И все же надо говорить то, что он собирался говорить. И словами, которые много раз повторял про себя в камере, Саша рассказал про конфликт с Азизяном, про стенгазету, про Сольца.
– Но ведь вы говорите, что ЦКК вас восстановила?
– Да, восстановила.
– Значит, вас арестовали не поэтому, а еще из-за чего-то…
– Больше нет ничего.
– Посудите, Панкратов, неужели вас арестовали из-за спора с преподавателем бухгалтерии или из-за неудачного номера стенгазеты? Мы здесь из пушки по воробьям стреляем? Странное у вас представление об органах Чека.
– Какое обвинение мне предъявляется?
– Хотите формального обвинения? Думаете выиграть на этом?
– Я хочу знать, за что арестован.
– А мы хотим, чтобы вы сами это сказали. Мы даем вам возможность быть честным и откровенным перед партией.
– Скажите, в чем вы меня подозреваете, и я отвечу.
– С кем вы вели контрреволюционные разговоры?
– Я? Ни с кем! Я не мог их вести.
– А кто с вами вел?
– И со мной никто не вел.
– Вы настаиваете на этом?
– Да, настаиваю.
Дьяков нахмурился, переложил бумаги на столе…
– Ну что ж, очень жаль. Мы ожидали от вас другого. Вы не хотите быть правдивым и искренним. Это не улучшит вашего положения.
– Кроме истории в институте, я ничего за собой не знаю.
– Значит, вас арестовали ни за что ни про что? Мы сажаем невинных людей? Вы даже здесь продолжаете контрреволюционную агитацию, а ведь мы не жандармерия, не Третье отделение, мы не просто карательные органы. Мы вооруженный отряд партии. А вы двурушник, Панкратов, вот вы кто!

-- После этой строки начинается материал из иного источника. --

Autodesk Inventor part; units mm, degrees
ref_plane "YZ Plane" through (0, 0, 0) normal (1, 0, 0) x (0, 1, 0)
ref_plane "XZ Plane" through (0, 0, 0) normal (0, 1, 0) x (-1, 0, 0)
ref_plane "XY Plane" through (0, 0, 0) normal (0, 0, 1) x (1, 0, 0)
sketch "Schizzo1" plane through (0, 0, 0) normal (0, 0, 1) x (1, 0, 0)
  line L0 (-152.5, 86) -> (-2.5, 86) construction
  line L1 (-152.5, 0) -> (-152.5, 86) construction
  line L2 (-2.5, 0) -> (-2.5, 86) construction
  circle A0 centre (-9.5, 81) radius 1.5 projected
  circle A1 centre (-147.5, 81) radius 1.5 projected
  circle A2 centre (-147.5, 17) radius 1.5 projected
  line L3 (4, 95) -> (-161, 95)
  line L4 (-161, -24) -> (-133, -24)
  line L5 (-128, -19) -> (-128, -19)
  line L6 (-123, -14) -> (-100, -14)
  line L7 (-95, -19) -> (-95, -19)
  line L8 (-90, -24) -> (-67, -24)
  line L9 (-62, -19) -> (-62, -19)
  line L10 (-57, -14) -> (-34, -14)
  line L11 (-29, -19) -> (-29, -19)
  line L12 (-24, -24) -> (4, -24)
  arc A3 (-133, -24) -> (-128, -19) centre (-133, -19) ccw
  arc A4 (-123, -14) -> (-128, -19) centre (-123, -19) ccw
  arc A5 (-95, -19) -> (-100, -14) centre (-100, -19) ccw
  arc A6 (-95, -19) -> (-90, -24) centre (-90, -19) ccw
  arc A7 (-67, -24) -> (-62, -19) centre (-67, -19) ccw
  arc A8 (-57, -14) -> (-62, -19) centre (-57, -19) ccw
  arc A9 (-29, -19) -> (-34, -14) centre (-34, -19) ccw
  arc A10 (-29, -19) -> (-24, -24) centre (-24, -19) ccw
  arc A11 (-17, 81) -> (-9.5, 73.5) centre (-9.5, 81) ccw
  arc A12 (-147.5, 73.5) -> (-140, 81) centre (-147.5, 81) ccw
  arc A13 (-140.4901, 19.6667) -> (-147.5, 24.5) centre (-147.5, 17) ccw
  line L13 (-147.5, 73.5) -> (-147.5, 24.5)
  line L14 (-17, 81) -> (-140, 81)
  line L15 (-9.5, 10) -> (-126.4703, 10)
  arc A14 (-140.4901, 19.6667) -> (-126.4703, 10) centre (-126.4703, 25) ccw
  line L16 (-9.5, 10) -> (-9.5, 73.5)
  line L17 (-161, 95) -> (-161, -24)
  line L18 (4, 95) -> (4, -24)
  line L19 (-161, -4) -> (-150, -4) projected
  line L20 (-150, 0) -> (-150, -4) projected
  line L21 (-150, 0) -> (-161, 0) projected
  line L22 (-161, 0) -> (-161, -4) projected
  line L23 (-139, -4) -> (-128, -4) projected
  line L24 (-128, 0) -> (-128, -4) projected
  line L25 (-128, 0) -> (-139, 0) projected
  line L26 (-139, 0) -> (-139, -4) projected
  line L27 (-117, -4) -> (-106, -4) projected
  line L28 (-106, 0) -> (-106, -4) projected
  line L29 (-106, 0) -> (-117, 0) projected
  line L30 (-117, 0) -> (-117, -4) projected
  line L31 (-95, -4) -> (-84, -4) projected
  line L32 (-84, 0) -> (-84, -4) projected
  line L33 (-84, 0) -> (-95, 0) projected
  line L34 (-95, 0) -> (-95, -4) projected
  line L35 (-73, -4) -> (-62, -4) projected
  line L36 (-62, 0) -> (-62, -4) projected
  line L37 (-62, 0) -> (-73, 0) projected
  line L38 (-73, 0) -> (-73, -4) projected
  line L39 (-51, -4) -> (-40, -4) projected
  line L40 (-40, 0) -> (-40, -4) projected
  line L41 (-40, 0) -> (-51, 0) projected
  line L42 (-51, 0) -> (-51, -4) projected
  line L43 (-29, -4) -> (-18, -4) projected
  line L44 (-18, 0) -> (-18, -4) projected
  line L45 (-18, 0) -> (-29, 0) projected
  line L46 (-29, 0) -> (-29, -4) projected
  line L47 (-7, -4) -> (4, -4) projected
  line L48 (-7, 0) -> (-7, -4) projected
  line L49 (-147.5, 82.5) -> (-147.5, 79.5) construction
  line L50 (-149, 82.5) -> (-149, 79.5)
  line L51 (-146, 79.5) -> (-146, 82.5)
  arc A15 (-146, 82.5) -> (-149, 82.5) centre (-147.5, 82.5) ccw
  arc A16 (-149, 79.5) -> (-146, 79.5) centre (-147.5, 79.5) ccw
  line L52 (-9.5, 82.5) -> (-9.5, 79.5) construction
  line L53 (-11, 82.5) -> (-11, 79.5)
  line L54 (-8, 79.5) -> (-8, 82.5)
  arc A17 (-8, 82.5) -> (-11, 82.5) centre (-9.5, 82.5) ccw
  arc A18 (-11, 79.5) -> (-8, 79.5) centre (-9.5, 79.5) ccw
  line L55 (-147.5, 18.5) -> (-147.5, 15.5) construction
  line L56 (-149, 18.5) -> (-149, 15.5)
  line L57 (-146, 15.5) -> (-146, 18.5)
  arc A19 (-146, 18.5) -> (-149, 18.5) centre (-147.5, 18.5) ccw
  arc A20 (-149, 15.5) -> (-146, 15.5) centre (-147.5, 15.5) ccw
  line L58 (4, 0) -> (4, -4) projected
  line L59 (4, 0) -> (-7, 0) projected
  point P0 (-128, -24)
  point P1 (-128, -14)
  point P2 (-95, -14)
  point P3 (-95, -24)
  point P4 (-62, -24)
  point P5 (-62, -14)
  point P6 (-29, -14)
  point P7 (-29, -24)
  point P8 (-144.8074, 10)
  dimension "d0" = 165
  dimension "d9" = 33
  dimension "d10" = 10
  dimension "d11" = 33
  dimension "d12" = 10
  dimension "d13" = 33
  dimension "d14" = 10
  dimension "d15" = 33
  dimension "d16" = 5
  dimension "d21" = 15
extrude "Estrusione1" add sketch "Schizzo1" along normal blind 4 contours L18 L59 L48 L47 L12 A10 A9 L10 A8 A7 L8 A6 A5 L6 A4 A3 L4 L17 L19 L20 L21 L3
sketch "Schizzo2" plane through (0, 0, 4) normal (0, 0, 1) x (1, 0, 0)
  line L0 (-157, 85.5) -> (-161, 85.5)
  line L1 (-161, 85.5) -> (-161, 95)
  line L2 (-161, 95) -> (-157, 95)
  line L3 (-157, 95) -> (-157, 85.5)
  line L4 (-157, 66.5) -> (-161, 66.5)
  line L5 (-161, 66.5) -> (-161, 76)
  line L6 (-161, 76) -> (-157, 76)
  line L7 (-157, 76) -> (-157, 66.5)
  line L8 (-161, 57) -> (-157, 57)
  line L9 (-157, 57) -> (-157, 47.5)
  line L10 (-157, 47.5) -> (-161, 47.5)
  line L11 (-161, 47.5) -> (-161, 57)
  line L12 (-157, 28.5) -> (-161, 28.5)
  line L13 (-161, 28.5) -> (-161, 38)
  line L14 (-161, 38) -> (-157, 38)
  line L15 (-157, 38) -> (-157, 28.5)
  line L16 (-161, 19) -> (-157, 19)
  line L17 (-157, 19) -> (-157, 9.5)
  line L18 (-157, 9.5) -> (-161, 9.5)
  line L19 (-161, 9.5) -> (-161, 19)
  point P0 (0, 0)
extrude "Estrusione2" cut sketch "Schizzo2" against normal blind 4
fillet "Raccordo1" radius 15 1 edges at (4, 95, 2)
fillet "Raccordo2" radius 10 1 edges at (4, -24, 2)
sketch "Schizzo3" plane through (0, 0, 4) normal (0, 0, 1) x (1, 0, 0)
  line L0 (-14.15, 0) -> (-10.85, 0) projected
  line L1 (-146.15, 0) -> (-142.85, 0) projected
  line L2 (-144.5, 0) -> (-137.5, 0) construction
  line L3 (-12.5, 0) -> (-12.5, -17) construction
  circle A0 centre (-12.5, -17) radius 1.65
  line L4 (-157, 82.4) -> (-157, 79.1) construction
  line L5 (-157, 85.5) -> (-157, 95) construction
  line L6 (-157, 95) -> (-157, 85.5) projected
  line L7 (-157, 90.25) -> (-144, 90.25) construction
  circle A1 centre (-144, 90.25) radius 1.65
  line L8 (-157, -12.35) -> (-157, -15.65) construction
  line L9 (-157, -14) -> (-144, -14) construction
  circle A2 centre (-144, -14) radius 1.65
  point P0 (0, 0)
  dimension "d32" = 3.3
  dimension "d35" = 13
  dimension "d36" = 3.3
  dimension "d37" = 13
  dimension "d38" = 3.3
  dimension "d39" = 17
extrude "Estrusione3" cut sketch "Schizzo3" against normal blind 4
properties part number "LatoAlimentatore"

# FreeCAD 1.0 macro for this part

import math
import FreeCAD as App
import Part
import Sketcher
Q = App.Units.Quantity


def edges_at(feature, points):
    """Names of the edges that pass closest to the given points."""
    edges = feature.Shape.Edges
    near = lambda p: min(range(len(edges)), key=lambda i: edges[i].distToShape(Part.Vertex(*p))[0])
    return sorted({f"Edge{near(p) + 1}" for p in points})


def add_polygon(sketch, points):
    """Adds a closed chain of lines whose ends are joined by coincident constraints."""
    first, n = sketch.GeometryCount, len(points)
    for a, b in zip(points, points[1:] + points[:1]):
        sketch.addGeometry(Part.LineSegment(App.Vector(*a, 0), App.Vector(*b, 0)), False)
    for i in range(n):
        sketch.addConstraint(Sketcher.Constraint("Coincident", first + i, 2, first + (i + 1) % n, 1))

doc = App.newDocument("Part")
body = doc.addObject("PartDesign::Body", "Body")

# Sketch on XY plane
sketch1 = doc.addObject("Sketcher::SketchObject", "Sketch")
body.addObject(sketch1)
sketch1.AttachmentSupport = (doc.XY_Plane, [""])
sketch1.MapMode = "FlatFace"
sketch1.addGeometry(Part.LineSegment(App.Vector(4, 0, 0), App.Vector(4, 95, 0)), False)  # 0
sketch1.addGeometry(Part.LineSegment(App.Vector(4, 95, 0), App.Vector(-161, 95, 0)), False)  # 1
sketch1.addGeometry(Part.LineSegment(App.Vector(-161, 95, 0), App.Vector(-161, 0, 0)), False)  # 2
sketch1.addGeometry(Part.LineSegment(App.Vector(-161, 0, 0), App.Vector(-150, 0, 0)), False)  # 3
sketch1.addGeometry(Part.LineSegment(App.Vector(-150, 0, 0), App.Vector(-150, -4, 0)), False)  # 4
sketch1.addGeometry(Part.LineSegment(App.Vector(-150, -4, 0), App.Vector(-161, -4, 0)), False)  # 5
sketch1.addGeometry(Part.LineSegment(App.Vector(-161, -4, 0), App.Vector(-161, -24, 0)), False)  # 6
sketch1.addGeometry(Part.LineSegment(App.Vector(-161, -24, 0), App.Vector(-133, -24, 0)), False)  # 7
sketch1.addGeometry(Part.ArcOfCircle(Part.Circle(App.Vector(-133, -19, 0), App.Vector(0, 0, 1), 5), math.radians(-90), math.radians(0)), False)  # 8
sketch1.addGeometry(Part.ArcOfCircle(Part.Circle(App.Vector(-123, -19, 0), App.Vector(0, 0, 1), 5), math.radians(90), math.radians(180)), False)  # 9
sketch1.addGeometry(Part.LineSegment(App.Vector(-123, -14, 0), App.Vector(-100, -14, 0)), False)  # 10
sketch1.addGeometry(Part.ArcOfCircle(Part.Circle(App.Vector(-100, -19, 0), App.Vector(0, 0, 1), 5), math.radians(0), math.radians(90)), False)  # 11
sketch1.addGeometry(Part.ArcOfCircle(Part.Circle(App.Vector(-90, -19, 0), App.Vector(0, 0, 1), 5), math.radians(180), math.radians(270)), False)  # 12
sketch1.addGeometry(Part.LineSegment(App.Vector(-90, -24, 0), App.Vector(-67, -24, 0)), False)  # 13
sketch1.addGeometry(Part.ArcOfCircle(Part.Circle(App.Vector(-67, -19, 0), App.Vector(0, 0, 1), 5), math.radians(-90), math.radians(0)), False)  # 14
sketch1.addGeometry(Part.ArcOfCircle(Part.Circle(App.Vector(-57, -19, 0), App.Vector(0, 0, 1), 5), math.radians(90), math.radians(180)), False)  # 15
sketch1.addGeometry(Part.LineSegment(App.Vector(-57, -14, 0), App.Vector(-34, -14, 0)), False)  # 16
sketch1.addGeometry(Part.ArcOfCircle(Part.Circle(App.Vector(-34, -19, 0), App.Vector(0, 0, 1), 5), math.radians(0), math.radians(90)), False)  # 17
sketch1.addGeometry(Part.ArcOfCircle(Part.Circle(App.Vector(-24, -19, 0), App.Vector(0, 0, 1), 5), math.radians(180), math.radians(270)), False)  # 18
sketch1.addGeometry(Part.LineSegment(App.Vector(-24, -24, 0), App.Vector(4, -24, 0)), False)  # 19
sketch1.addGeometry(Part.LineSegment(App.Vector(4, -24, 0), App.Vector(4, -4, 0)), False)  # 20
sketch1.addGeometry(Part.LineSegment(App.Vector(4, -4, 0), App.Vector(-7, -4, 0)), False)  # 21
sketch1.addGeometry(Part.LineSegment(App.Vector(-7, -4, 0), App.Vector(-7, 0, 0)), False)  # 22
sketch1.addGeometry(Part.LineSegment(App.Vector(-7, 0, 0), App.Vector(4, 0, 0)), False)  # 23
add_polygon(sketch1, [(-128, -4), (-139, -4), (-139, 0), (-128, 0)])  # lines 24-27
add_polygon(sketch1, [(-106, -4), (-117, -4), (-117, 0), (-106, 0)])  # lines 28-31
add_polygon(sketch1, [(-84, -4), (-95, -4), (-95, 0), (-84, 0)])  # lines 32-35
sketch1.addGeometry(Part.LineSegment(App.Vector(-146, 18.5, 0), App.Vector(-146, 15.5, 0)), False)  # 36
sketch1.addGeometry(Part.ArcOfCircle(Part.Circle(App.Vector(-147.5, 15.5, 0), App.Vector(0, 0, 1), 1.5), math.radians(180), math.radians(360)), False)  # 37
sketch1.addGeometry(Part.LineSegment(App.Vector(-149, 15.5, 0), App.Vector(-149, 18.5, 0)), False)  # 38
sketch1.addGeometry(Part.ArcOfCircle(Part.Circle(App.Vector(-147.5, 18.5, 0), App.Vector(0, 0, 1), 1.5), math.radians(0), math.radians(180)), False)  # 39
add_polygon(sketch1, [(-62, -4), (-73, -4), (-73, 0), (-62, 0)])  # lines 40-43
add_polygon(sketch1, [(-40, -4), (-51, -4), (-51, 0), (-40, 0)])  # lines 44-47
add_polygon(sketch1, [(-18, -4), (-29, -4), (-29, 0), (-18, 0)])  # lines 48-51
sketch1.addGeometry(Part.LineSegment(App.Vector(-146, 82.5, 0), App.Vector(-146, 79.5, 0)), False)  # 52
sketch1.addGeometry(Part.ArcOfCircle(Part.Circle(App.Vector(-147.5, 79.5, 0), App.Vector(0, 0, 1), 1.5), math.radians(180), math.radians(360)), False)  # 53
sketch1.addGeometry(Part.LineSegment(App.Vector(-149, 79.5, 0), App.Vector(-149, 82.5, 0)), False)  # 54
sketch1.addGeometry(Part.ArcOfCircle(Part.Circle(App.Vector(-147.5, 82.5, 0), App.Vector(0, 0, 1), 1.5), math.radians(0), math.radians(180)), False)  # 55
sketch1.addGeometry(Part.LineSegment(App.Vector(-140, 81, 0), App.Vector(-17, 81, 0)), False)  # 56
sketch1.addGeometry(Part.ArcOfCircle(Part.Circle(App.Vector(-9.5, 81, 0), App.Vector(0, 0, 1), 7.5), math.radians(180), math.radians(270)), False)  # 57
sketch1.addGeometry(Part.LineSegment(App.Vector(-9.5, 73.5, 0), App.Vector(-9.5, 10, 0)), False)  # 58
sketch1.addGeometry(Part.LineSegment(App.Vector(-9.5, 10, 0), App.Vector(-126.5, 10, 0)), False)  # 59
sketch1.addGeometry(Part.ArcOfCircle(Part.Circle(App.Vector(-126.5, 25, 0), App.Vector(0, 0, 1), 15), math.radians(-159), math.radians(-90)), False)  # 60
sketch1.addGeometry(Part.ArcOfCircle(Part.Circle(App.Vector(-147.5, 17, 0), App.Vector(0, 0, 1), 7.5), math.radians(21), math.radians(90)), False)  # 61
sketch1.addGeometry(Part.LineSegment(App.Vector(-147.5, 24.5, 0), App.Vector(-147.5, 73.5, 0)), False)  # 62
sketch1.addGeometry(Part.ArcOfCircle(Part.Circle(App.Vector(-147.5, 81, 0), App.Vector(0, 0, 1), 7.5), math.radians(-90), math.radians(0)), False)  # 63
sketch1.addGeometry(Part.LineSegment(App.Vector(-8, 82.5, 0), App.Vector(-8, 79.5, 0)), False)  # 64
sketch1.addGeometry(Part.ArcOfCircle(Part.Circle(App.Vector(-9.5, 79.5, 0), App.Vector(0, 0, 1), 1.5), math.radians(180), math.radians(360)), False)  # 65
sketch1.addGeometry(Part.LineSegment(App.Vector(-11, 79.5, 0), App.Vector(-11, 82.5, 0)), False)  # 66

– Вы не смеете так меня называть!
Дьяков ударил кулаком по столу.
– Я вам покажу, что я смею и чего не смею! Думаете, в санаторий приехали? У нас тут есть и другие условия для таких, как вы. Двурушник! В вас кулаки не стреляли из обреза. Вы всю жизнь просидели на шее у рабочего класса и до сих пор сидите на шее государства, оно вас учит, платит вам стипендию, а вы его обманываете!
Некоторое время он хмуро молчал, потом недовольно, как бы выполняя ненужную и бесполезную обязанность, сказал:
– Ну что ж, запишем, что вы здесь наговорили.
Он начал писать, изредка задавая Саше короткие вопросы: когда и с кем выпускал газету, когда произошел конфликт с преподавателем по учету и по какому поводу, когда и где его исключали, какие обвинения при этом предъявляли?
Кончив писать, он протянул листок Саше.
– Прочитайте и подпишите.
И откинулся назад. Саша чувствовал на себе пристальный взгляд. Дьяков следил за выражением его лица, пользовался свободной минутой, чтобы хорошенько его рассмотреть. Все записано правильно, но как-то односторонне. Выпустили к празднику номер стенгазеты, поместили в нем эпиграммы, опошляющие ударничество, участвовали в этом такие-то, исключен ячейкой и райкомом… Конечно, все это пишется для формы, чтобы зафиксировать допрос, причина ареста, по-видимому, в другом.